News Release 

Study pinpoints cell types affected in brains of multiple sclerosis patients

University of Cambridge

Scientists have discovered that a specific brain cell known as a 'projection neuron' has a central role to play in the brain changes seen in multiple sclerosis (MS). The research, published today in Nature, shows that projection neurons are damaged by the body's own immune cells, and that this damage could underpin the brain shrinkage and cognitive changes associated with MS. These new findings provide a platform for specific new MS therapies that target damaged brain cells to be developed.

Multiple sclerosis is a diease of the brain and the spinal cord that affects over two million people worldwide. The potential symptoms of MS are wide ranging and can include problems with vision, movement and cognitive abilities. Previous research has shown that a brain region called the cortex shrinks over time in MS patients, known as cortical atrophy. The processes driving this cortical shrinkage have, until now, been unclear.

In a new international study from the University of Cambridge, University of Heidelberg and University of California, San Francisco, researchers used post-mortem human brain samples from MS patients to study a wide range of cell types implicated in the disease, and compared their findings to brain samples donated from people that did not have MS.

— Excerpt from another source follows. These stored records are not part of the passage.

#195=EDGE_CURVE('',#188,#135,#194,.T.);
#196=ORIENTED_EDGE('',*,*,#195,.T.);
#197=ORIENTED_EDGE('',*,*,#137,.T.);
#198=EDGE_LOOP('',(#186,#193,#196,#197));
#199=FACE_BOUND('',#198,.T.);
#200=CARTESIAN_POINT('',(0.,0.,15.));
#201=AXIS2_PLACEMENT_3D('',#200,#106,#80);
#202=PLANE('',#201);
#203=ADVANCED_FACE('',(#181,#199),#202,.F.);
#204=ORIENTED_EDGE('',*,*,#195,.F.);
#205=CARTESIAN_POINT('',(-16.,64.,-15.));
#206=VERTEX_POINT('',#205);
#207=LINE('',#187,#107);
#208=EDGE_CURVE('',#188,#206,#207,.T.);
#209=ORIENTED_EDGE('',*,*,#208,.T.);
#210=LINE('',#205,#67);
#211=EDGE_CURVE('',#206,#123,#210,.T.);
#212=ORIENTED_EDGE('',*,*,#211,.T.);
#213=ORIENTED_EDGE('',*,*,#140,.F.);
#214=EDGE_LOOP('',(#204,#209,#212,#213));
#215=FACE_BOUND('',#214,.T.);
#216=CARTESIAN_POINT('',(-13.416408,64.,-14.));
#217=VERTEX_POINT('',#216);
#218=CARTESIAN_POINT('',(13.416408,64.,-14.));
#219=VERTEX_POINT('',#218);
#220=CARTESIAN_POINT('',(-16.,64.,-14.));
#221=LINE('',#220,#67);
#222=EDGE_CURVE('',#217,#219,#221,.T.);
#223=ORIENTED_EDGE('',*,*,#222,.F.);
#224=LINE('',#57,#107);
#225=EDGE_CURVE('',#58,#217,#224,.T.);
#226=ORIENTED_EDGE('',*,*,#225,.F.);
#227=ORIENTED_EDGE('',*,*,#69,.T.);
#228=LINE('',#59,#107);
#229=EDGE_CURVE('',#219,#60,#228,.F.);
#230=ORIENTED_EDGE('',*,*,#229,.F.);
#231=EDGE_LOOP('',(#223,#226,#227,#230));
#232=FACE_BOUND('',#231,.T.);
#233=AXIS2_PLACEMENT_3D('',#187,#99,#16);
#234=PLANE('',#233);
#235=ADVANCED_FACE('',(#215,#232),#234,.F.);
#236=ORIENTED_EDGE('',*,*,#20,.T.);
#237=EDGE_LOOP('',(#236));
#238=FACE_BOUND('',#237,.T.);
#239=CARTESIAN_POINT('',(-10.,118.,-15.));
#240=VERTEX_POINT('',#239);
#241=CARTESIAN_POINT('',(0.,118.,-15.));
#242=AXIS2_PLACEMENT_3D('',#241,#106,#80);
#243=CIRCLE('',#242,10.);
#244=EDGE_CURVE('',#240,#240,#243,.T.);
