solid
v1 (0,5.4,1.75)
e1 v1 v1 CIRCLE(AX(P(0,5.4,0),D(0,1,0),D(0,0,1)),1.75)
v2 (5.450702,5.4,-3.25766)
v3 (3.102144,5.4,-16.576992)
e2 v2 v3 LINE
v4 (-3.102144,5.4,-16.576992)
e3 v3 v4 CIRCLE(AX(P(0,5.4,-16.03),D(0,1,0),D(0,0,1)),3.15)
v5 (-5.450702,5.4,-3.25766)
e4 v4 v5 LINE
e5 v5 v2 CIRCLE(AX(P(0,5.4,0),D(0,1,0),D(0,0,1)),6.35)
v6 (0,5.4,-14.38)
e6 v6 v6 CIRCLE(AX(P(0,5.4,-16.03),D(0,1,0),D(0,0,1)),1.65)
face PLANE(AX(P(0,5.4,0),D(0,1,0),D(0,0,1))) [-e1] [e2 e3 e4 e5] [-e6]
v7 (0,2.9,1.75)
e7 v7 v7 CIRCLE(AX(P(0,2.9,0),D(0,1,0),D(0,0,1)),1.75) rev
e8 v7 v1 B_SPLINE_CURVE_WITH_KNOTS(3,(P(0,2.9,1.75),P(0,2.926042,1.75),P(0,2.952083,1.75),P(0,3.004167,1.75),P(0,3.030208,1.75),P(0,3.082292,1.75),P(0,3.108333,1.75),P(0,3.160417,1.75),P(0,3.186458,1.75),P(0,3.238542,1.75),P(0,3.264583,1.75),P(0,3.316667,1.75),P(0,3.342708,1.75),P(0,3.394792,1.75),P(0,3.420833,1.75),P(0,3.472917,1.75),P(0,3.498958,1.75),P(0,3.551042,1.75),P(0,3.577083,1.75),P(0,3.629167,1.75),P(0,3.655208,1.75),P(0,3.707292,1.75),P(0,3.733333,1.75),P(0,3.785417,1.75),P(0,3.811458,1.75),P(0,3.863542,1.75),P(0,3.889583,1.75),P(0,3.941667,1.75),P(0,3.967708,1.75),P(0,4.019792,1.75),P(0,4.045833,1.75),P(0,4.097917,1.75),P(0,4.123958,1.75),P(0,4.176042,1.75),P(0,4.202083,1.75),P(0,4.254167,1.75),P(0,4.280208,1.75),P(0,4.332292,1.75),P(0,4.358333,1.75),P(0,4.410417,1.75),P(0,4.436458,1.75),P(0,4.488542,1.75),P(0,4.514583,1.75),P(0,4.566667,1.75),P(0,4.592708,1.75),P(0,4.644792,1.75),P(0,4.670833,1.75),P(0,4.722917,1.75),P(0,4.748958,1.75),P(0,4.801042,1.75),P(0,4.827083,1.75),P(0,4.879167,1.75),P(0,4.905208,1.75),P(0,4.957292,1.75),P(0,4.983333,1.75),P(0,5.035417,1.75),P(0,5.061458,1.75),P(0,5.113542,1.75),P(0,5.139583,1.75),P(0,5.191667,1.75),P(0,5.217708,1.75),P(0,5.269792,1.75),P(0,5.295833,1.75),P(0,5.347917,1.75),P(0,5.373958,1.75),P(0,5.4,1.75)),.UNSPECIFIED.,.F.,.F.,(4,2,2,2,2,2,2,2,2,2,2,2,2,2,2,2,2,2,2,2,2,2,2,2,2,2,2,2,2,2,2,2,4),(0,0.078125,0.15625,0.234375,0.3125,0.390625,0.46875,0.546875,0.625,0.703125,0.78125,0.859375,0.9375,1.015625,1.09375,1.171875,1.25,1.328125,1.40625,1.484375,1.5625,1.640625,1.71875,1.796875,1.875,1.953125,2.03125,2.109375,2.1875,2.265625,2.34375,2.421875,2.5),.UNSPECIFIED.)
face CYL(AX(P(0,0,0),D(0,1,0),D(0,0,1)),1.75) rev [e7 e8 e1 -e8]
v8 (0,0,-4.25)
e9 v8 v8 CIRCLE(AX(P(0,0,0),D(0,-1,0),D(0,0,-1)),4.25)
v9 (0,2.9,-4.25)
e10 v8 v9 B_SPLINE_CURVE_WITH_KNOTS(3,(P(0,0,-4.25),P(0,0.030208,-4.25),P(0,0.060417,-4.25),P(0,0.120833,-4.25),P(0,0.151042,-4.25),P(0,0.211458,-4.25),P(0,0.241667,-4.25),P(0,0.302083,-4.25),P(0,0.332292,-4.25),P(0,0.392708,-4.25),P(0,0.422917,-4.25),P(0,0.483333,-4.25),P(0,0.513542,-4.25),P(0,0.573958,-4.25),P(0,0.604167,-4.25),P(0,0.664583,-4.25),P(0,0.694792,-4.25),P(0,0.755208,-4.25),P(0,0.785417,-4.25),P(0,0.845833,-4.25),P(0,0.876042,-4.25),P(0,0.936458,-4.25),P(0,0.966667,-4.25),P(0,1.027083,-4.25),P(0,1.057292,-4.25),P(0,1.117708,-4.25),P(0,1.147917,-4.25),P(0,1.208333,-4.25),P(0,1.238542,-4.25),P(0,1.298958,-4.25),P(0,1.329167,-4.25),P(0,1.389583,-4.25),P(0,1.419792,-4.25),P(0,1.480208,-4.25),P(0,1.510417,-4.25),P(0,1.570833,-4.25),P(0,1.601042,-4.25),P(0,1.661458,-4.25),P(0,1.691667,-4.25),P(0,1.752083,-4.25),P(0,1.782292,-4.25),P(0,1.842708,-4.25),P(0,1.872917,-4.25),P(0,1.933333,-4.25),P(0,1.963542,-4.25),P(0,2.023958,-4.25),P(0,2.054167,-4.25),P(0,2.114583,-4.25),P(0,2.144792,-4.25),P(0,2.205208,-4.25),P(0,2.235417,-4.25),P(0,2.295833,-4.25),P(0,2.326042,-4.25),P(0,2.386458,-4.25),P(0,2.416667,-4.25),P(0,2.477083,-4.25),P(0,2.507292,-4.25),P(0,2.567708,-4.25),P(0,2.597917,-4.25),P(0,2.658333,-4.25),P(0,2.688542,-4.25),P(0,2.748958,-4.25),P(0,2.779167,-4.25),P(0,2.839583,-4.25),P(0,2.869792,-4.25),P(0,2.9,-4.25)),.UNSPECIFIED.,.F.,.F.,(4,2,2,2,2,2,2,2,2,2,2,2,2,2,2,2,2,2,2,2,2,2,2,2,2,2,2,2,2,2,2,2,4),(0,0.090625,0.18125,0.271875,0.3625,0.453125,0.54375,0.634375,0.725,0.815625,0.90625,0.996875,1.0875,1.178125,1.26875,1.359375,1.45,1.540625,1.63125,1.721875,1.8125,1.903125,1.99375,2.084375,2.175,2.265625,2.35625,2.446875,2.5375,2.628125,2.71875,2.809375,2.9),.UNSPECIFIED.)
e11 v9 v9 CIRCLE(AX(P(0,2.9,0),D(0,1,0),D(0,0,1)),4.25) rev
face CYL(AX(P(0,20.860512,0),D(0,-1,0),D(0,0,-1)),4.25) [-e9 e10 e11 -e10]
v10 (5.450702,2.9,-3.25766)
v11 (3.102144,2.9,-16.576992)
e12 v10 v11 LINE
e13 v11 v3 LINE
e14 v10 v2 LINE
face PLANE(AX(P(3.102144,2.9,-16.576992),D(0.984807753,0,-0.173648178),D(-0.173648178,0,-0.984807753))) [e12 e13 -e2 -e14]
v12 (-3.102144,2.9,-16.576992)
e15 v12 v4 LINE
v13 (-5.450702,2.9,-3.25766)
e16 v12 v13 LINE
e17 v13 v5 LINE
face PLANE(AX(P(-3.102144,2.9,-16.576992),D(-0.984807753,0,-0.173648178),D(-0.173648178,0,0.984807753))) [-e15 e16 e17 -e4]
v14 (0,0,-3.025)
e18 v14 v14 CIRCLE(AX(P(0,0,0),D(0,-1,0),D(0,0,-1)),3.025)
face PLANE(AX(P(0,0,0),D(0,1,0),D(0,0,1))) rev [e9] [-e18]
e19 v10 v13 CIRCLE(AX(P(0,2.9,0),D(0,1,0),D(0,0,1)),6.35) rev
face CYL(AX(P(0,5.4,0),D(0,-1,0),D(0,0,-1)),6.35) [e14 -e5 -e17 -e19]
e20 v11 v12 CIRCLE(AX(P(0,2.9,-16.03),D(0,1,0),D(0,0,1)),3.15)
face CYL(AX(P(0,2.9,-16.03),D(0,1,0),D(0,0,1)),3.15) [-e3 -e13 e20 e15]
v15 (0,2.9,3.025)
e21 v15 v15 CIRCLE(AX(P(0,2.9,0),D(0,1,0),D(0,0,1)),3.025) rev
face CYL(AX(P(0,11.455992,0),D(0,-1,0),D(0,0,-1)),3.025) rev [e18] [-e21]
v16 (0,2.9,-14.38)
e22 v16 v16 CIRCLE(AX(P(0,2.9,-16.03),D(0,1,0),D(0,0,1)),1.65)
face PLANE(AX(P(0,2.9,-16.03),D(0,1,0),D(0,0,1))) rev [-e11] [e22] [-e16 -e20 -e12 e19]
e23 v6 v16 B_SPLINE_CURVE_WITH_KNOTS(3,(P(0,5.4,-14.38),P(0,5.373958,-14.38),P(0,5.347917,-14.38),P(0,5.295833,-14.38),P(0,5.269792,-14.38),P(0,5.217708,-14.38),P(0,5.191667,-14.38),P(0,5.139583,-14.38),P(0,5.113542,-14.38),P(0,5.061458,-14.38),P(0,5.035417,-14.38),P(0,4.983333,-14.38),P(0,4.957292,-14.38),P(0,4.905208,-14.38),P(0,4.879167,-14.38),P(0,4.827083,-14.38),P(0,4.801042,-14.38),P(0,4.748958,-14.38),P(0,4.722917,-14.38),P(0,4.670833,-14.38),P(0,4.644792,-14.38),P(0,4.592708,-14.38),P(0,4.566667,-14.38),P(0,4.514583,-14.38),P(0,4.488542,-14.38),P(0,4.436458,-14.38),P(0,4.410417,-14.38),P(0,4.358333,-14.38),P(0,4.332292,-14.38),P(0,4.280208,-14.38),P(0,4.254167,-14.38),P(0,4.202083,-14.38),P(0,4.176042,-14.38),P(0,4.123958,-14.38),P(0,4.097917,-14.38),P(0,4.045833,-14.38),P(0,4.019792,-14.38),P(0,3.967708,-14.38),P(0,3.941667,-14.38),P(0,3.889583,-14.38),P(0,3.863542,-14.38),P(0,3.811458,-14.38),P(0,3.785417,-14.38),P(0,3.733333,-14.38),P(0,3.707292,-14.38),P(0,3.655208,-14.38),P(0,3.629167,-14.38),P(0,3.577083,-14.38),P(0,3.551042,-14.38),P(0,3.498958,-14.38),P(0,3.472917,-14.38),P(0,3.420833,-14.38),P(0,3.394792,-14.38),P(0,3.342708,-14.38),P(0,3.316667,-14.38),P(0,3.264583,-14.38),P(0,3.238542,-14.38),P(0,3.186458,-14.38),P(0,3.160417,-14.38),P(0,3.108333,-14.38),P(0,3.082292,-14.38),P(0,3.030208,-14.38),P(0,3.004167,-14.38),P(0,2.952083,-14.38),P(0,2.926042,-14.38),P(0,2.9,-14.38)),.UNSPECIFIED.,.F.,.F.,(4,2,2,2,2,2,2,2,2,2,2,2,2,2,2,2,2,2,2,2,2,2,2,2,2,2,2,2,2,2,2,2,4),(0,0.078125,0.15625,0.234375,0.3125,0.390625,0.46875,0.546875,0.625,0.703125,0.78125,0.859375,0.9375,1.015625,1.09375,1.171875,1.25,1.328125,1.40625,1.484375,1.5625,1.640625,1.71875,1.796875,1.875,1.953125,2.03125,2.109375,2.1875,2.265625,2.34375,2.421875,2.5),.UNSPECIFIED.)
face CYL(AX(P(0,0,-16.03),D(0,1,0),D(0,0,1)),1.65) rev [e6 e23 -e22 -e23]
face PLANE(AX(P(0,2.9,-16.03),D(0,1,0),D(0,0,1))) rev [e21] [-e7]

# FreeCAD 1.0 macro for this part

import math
import FreeCAD as App
import Part
import Sketcher
from FreeCAD import Vector
Q = App.Units.Quantity

doc = App.newDocument("Part")
body = doc.addObject("PartDesign::Body", "Body")

# Sketch on XZ plane
sketch1 = body.newObject("Sketcher::SketchObject", "Sketch")
sketch1.AttachmentSupport = (doc.getObject("XZ_Plane"), [""])
sketch1.MapMode = "FlatFace"
sketch1.addGeometry(Part.Circle(Vector(0, 0, 0), Vector(0, 0, 1), 6), False)
sketch1.addConstraint(Sketcher.Constraint("Coincident", 0, 3, -1, 1))
sketch1.addConstraint(Sketcher.Constraint("Diameter", 0, 12.7))
pad1 = body.newObject("PartDesign::Pad", "Pad")
pad1.Profile = sketch1
pad1.Length = 5.4
pad1.Reversed = True

# Sketch on XZ plane
sketch2 = body.newObject("Sketcher::SketchObject", "Sketch001")
sketch2.AttachmentSupport = (doc.getObject("XZ_Plane"), [""])
sketch2.MapMode = "FlatFace"
sketch2.AttachmentOffset = App.Placement(Vector(0, 0, -5.4), App.Rotation())
sketch2.addGeometry(Part.Circle(Vector(0, 0, 0), Vector(0, 0, 1), 1.8), False)
sketch2.addConstraint(Sketcher.Constraint("Coincident", 0, 3, -1, 1))
sketch2.addConstraint(Sketcher.Constraint("Diameter", 0, 3.5))
pocket1 = body.newObject("PartDesign::Pocket", "Pocket")
pocket1.Profile = sketch2
pocket1.Type = "ThroughAll"
pocket1.Reversed = True

# Sketch on XZ plane
sketch3 = body.newObject("Sketcher::SketchObject", "Sketch002")
sketch3.AttachmentSupport = (doc.getObject("XZ_Plane"), [""])
sketch3.MapMode = "FlatFace"
sketch3.AttachmentOffset = App.Placement(Vector(0, 0, -2.9), App.Rotation())
sketch3.addGeometry(Part.LineSegment(Vector(-3.1, -16.6, 0), Vector(-5.5, -3.3, 0)), False)
sketch3.addGeometry(Part.ArcOfCircle(Part.Circle(Vector(0, 0, 0), Vector(0, 0, 1), 6.3), math.radians(-149), math.radians(-31)), False)
sketch3.addGeometry(Part.LineSegment(Vector(5.5, -3.3, 0), Vector(3.1, -16.6, 0)), False)
sketch3.addGeometry(Part.ArcOfCircle(Part.Circle(Vector(0, -16, 0), Vector(0, 0, 1), 3.1), math.radians(-170), math.radians(-10)), False)
sketch3.addConstraint(Sketcher.Constraint("Coincident", 0, 2, 1, 1))
sketch3.addConstraint(Sketcher.Constraint("Coincident", 1, 2, 2, 1))
sketch3.addConstraint(Sketcher.Constraint("Tangent", 2, 2, 3, 2))
sketch3.addConstraint(Sketcher.Constraint("Tangent", 3, 1, 0, 1))
sketch3.addConstraint(Sketcher.Constraint("Coincident", 1, 3, -1, 1))
sketch3.addConstraint(Sketcher.Constraint("Symmetric", 2, 2, 3, 1, -2))
sketch3.addConstraint(Sketcher.Constraint("Angle", 0, Q("100 deg")))
sketch3.addConstraint(Sketcher.Constraint("Radius", 1, 6.35))
sketch3.addConstraint(Sketcher.Constraint("Radius", 3, 3.15))
sketch3.addConstraint(Sketcher.Constraint("DistanceY", 3, 3, -1, 1, 16.03))
pad2 = body.newObject("PartDesign::Pad", "Pad001")
pad2.Profile = sketch3
pad2.Length = 2.5
pad2.Reversed = True

# Sketch on XZ plane
sketch4 = body.newObject("Sketcher::SketchObject", "Sketch003")
sketch4.AttachmentSupport = (doc.getObject("XZ_Plane"), [""])
sketch4.MapMode = "FlatFace"
sketch4.AttachmentOffset = App.Placement(Vector(0, 0, -5.4), App.Rotation())
sketch4.addGeometry(Part.Circle(Vector(0, -16, 0), Vector(0, 0, 1), 1.6), False)
sketch4.addConstraint(Sketcher.Constraint("PointOnObject", 0, 3, -2))
sketch4.addConstraint(Sketcher.Constraint("Diameter", 0, 3.3))
sketch4.addConstraint(Sketcher.Constraint("DistanceY", 0, 3, -1, 1, 16.03))
pocket2 = body.newObject("PartDesign::Pocket", "Pocket001")
pocket2.Profile = sketch4
pocket2.Type = "ThroughAll"
pocket2.Reversed = True

# Sketch on XZ plane
sketch5 = body.newObject("Sketcher::SketchObject", "Sketch004")
sketch5.AttachmentSupport = (doc.getObject("XZ_Plane"), [""])
sketch5.MapMode = "FlatFace"
sketch5.addGeometry(Part.Circle(Vector(0, 0, 0), Vector(0, 0, 1), 6.3), False)
sketch5.addGeometry(Part.Circle(Vector(0, 0, 0), Vector(0, 0, 1), 4.2), False)
sketch5.addConstraint(Sketcher.Constraint("Coincident", 0, 3, -1, 1))
sketch5.addConstraint(Sketcher.Constraint("Coincident", 1, 3, -1, 1))
sketch5.addConstraint(Sketcher.Constraint("Diameter", 0, 12.7))
sketch5.addConstraint(Sketcher.Constraint("Diameter", 1, 8.5))
pocket3 = body.newObject("PartDesign::Pocket", "Pocket002")
pocket3.Profile = sketch5
pocket3.Length = 2.9

# Sketch on XZ plane
sketch6 = body.newObject("Sketcher::SketchObject", "Sketch005")
sketch6.AttachmentSupport = (doc.getObject("XZ_Plane"), [""])
sketch6.MapMode = "FlatFace"
sketch6.addGeometry(Part.Circle(Vector(0, 0, 0), Vector(0, 0, 1), 3), False)
sketch6.addConstraint(Sketcher.Constraint("Coincident", 0, 3, -1, 1))
sketch6.addConstraint(Sketcher.Constraint("Diameter", 0, 6.05))
pocket4 = body.newObject("PartDesign::Pocket", "Pocket003")
pocket4.Profile = sketch6
pocket4.Length = 2.9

"Using a new technique called single nuclei RNA sequencing, we were able to study the genetic make-up of individual brain cells to understand why some cells might be more susceptible to damage in MS than others," said Dr Lucas Schirmer, lead scientist on the project from the University of Heidelberg.

"Our results showed that a particular type of nerve cell called "projection neurons" were particularly vulnerable to damage in the brains of MS patients."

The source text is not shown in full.